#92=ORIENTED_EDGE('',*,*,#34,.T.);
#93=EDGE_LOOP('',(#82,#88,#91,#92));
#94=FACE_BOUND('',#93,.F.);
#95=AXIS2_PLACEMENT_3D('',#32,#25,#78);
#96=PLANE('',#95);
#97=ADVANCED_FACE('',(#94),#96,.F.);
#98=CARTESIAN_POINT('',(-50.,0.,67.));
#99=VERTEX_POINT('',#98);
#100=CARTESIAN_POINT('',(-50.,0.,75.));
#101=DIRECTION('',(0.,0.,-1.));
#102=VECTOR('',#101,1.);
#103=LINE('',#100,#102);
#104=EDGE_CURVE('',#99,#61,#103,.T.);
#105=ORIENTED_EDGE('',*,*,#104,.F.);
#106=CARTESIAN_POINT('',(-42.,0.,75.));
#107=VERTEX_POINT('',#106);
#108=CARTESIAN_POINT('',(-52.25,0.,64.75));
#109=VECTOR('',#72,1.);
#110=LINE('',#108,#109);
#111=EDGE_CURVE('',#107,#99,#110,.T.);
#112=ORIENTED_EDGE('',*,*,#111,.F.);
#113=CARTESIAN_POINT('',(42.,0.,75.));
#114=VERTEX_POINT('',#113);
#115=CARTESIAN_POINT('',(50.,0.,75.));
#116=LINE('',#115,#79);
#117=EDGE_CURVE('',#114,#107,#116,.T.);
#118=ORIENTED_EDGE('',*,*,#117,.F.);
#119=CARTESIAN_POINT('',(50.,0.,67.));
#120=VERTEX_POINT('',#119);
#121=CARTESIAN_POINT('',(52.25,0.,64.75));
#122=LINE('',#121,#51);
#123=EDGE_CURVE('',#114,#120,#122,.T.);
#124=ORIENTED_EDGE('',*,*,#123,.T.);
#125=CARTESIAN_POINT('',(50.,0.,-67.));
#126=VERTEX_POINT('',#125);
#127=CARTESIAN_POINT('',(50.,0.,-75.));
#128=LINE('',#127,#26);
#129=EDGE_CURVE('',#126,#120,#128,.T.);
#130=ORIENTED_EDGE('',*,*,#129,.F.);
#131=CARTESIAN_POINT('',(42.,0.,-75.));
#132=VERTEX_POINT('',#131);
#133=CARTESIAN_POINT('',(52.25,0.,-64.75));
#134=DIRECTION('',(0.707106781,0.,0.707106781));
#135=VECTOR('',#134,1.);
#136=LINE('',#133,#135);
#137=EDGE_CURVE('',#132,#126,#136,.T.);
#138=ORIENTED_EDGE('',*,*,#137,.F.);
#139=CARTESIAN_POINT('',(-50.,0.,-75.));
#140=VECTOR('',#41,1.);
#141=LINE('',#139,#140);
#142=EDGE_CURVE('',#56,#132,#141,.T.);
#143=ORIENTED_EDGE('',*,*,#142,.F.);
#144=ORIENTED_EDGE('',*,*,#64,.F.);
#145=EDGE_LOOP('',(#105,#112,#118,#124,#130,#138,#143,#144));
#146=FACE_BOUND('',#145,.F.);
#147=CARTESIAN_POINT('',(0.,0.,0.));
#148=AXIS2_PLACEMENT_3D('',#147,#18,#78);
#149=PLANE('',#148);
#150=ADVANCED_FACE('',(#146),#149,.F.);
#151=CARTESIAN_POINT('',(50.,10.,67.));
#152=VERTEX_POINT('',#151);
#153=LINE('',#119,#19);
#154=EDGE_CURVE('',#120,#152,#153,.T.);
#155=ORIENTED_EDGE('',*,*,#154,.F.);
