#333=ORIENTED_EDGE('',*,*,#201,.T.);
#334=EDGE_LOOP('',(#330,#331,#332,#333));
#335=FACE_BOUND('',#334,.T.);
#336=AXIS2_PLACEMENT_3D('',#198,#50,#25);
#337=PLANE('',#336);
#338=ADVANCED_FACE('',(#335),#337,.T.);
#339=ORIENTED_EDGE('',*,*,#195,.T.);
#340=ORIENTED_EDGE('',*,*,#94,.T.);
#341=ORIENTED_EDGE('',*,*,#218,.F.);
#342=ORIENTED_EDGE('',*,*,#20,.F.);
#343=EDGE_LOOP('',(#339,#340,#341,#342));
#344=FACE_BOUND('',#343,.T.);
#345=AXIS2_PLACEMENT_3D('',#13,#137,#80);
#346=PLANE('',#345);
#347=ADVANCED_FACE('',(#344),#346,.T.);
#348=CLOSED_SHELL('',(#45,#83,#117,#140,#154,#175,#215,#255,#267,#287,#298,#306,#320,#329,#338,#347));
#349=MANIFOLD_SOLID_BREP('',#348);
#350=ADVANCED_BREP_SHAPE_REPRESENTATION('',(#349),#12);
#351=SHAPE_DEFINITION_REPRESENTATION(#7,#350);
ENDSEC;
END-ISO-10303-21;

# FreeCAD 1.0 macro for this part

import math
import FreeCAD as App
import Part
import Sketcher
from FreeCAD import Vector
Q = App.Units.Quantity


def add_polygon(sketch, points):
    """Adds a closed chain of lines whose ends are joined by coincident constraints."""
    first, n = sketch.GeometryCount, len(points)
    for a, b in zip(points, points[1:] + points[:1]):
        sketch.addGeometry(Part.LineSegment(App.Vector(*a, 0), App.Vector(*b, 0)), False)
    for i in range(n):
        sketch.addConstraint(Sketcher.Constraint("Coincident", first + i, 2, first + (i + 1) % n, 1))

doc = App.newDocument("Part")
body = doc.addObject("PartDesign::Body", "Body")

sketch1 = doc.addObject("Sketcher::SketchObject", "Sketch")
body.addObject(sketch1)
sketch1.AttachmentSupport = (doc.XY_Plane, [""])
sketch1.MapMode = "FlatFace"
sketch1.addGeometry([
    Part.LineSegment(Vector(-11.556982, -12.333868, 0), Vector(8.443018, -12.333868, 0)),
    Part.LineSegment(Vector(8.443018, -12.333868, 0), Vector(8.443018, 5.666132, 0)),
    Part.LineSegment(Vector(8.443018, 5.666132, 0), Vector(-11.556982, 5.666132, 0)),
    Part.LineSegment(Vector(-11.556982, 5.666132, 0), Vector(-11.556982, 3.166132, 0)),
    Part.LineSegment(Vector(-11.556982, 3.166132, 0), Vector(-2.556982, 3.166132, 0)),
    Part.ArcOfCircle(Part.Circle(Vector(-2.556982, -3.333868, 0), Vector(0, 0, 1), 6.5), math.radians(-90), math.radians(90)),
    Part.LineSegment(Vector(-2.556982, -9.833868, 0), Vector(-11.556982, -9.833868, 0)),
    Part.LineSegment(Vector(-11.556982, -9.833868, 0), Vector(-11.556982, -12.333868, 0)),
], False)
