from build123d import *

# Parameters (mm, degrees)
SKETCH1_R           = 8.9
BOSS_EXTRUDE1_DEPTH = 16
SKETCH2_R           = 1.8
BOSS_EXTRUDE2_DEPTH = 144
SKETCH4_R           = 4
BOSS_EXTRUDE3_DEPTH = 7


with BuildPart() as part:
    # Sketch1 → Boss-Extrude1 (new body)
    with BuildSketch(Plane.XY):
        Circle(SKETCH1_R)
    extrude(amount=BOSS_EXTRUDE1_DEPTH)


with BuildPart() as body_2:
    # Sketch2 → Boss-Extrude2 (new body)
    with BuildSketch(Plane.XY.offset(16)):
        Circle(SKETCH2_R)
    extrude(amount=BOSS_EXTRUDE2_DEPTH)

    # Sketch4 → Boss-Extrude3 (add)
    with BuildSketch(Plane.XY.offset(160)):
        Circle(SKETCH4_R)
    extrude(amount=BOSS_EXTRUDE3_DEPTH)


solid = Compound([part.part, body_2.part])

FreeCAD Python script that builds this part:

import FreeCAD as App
import Part
import Sketcher

doc = App.newDocument("Part")
body = doc.addObject("PartDesign::Body", "Body")

# Sketch on XY plane
sketch1 = body.newObject("Sketcher::SketchObject", "Sketch")
sketch1.AttachmentSupport = (doc.getObject("XY_Plane"), [""])
sketch1.MapMode = "FlatFace"
sketch1.addGeometry(Part.Circle(App.Vector(0, 0, 0), App.Vector(0, 0, 1), 9), False)
sketch1.addConstraint(Sketcher.Constraint("Coincident", 0, 3, -1, 1))
sketch1.addConstraint(Sketcher.Constraint("Diameter", 0, 17.8))
pad1 = body.newObject("PartDesign::Pad", "Pad")
pad1.Profile = sketch1
pad1.Length = 16
body2 = doc.addObject("PartDesign::Body", "Body001")

# Sketch on XY plane
sketch2 = body2.newObject("Sketcher::SketchObject", "Sketch001")
sketch2.AttachmentSupport = (doc.getObject("XY_Plane001"), [""])
sketch2.MapMode = "FlatFace"
sketch2.AttachmentOffset = App.Placement(App.Vector(0, 0, 16), App.Rotation())
sketch2.addGeometry(Part.Circle(App.Vector(0, 0, 0), App.Vector(0, 0, 1), 1.8), False)
sketch2.addConstraint(Sketcher.Constraint("Coincident", 0, 3, -1, 1))
sketch2.addConstraint(Sketcher.Constraint("Diameter", 0, 3.6))
pad2 = body2.newObject("PartDesign::Pad", "Pad001")
pad2.Profile = sketch2
pad2.Length = 144

# Sketch on XY plane
sketch3 = body2.newObject("Sketcher::SketchObject", "Sketch002")
sketch3.AttachmentSupport = (doc.getObject("XY_Plane001"), [""])
sketch3.MapMode = "FlatFace"
sketch3.AttachmentOffset = App.Placement(App.Vector(0, 0, 160), App.Rotation())
sketch3.addGeometry(Part.Circle(App.Vector(0, 0, 0), App.Vector(0, 0, 1), 4), False)
sketch3.addConstraint(Sketcher.Constraint("Coincident", 0, 3, -1, 1))
sketch3.addConstraint(Sketcher.Constraint("Diameter", 0, 8.0))
pad3 = body2.newObject("PartDesign::Pad", "Pad002")
pad3.Profile = sketch3
pad3.Length = 7

doc.recompute()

· · ·

TASK TO COMPLETE: Using the listing above, return word for word each line from the one that has "#347=ADVANCED_FACE('',(#344),#346,.T.);" through the one that has "for a, b in", and no line outside that range.

TASK RESPONSE:
#347=ADVANCED_FACE('',(#344),#346,.T.);
#348=CLOSED_SHELL('',(#45,#83,#117,#140,#154,#175,#215,#255,#267,#287,#298,#306,#320,#329,#338,#347));
#349=MANIFOLD_SOLID_BREP('',#348);
#350=ADVANCED_BREP_SHAPE_REPRESENTATION('',(#349),#12);
#351=SHAPE_DEFINITION_REPRESENTATION(#7,#350);
ENDSEC;
END-ISO-10303-21;

# FreeCAD 1.0 macro for this part

import math
import FreeCAD as App
import Part
import Sketcher
from FreeCAD import Vector
Q = App.Units.Quantity


def add_polygon(sketch, points):
    """Adds a closed chain of lines whose ends are joined by coincident constraints."""
    first, n = sketch.GeometryCount, len(points)
    for a, b in zip(points, points[1:] + points[:1]):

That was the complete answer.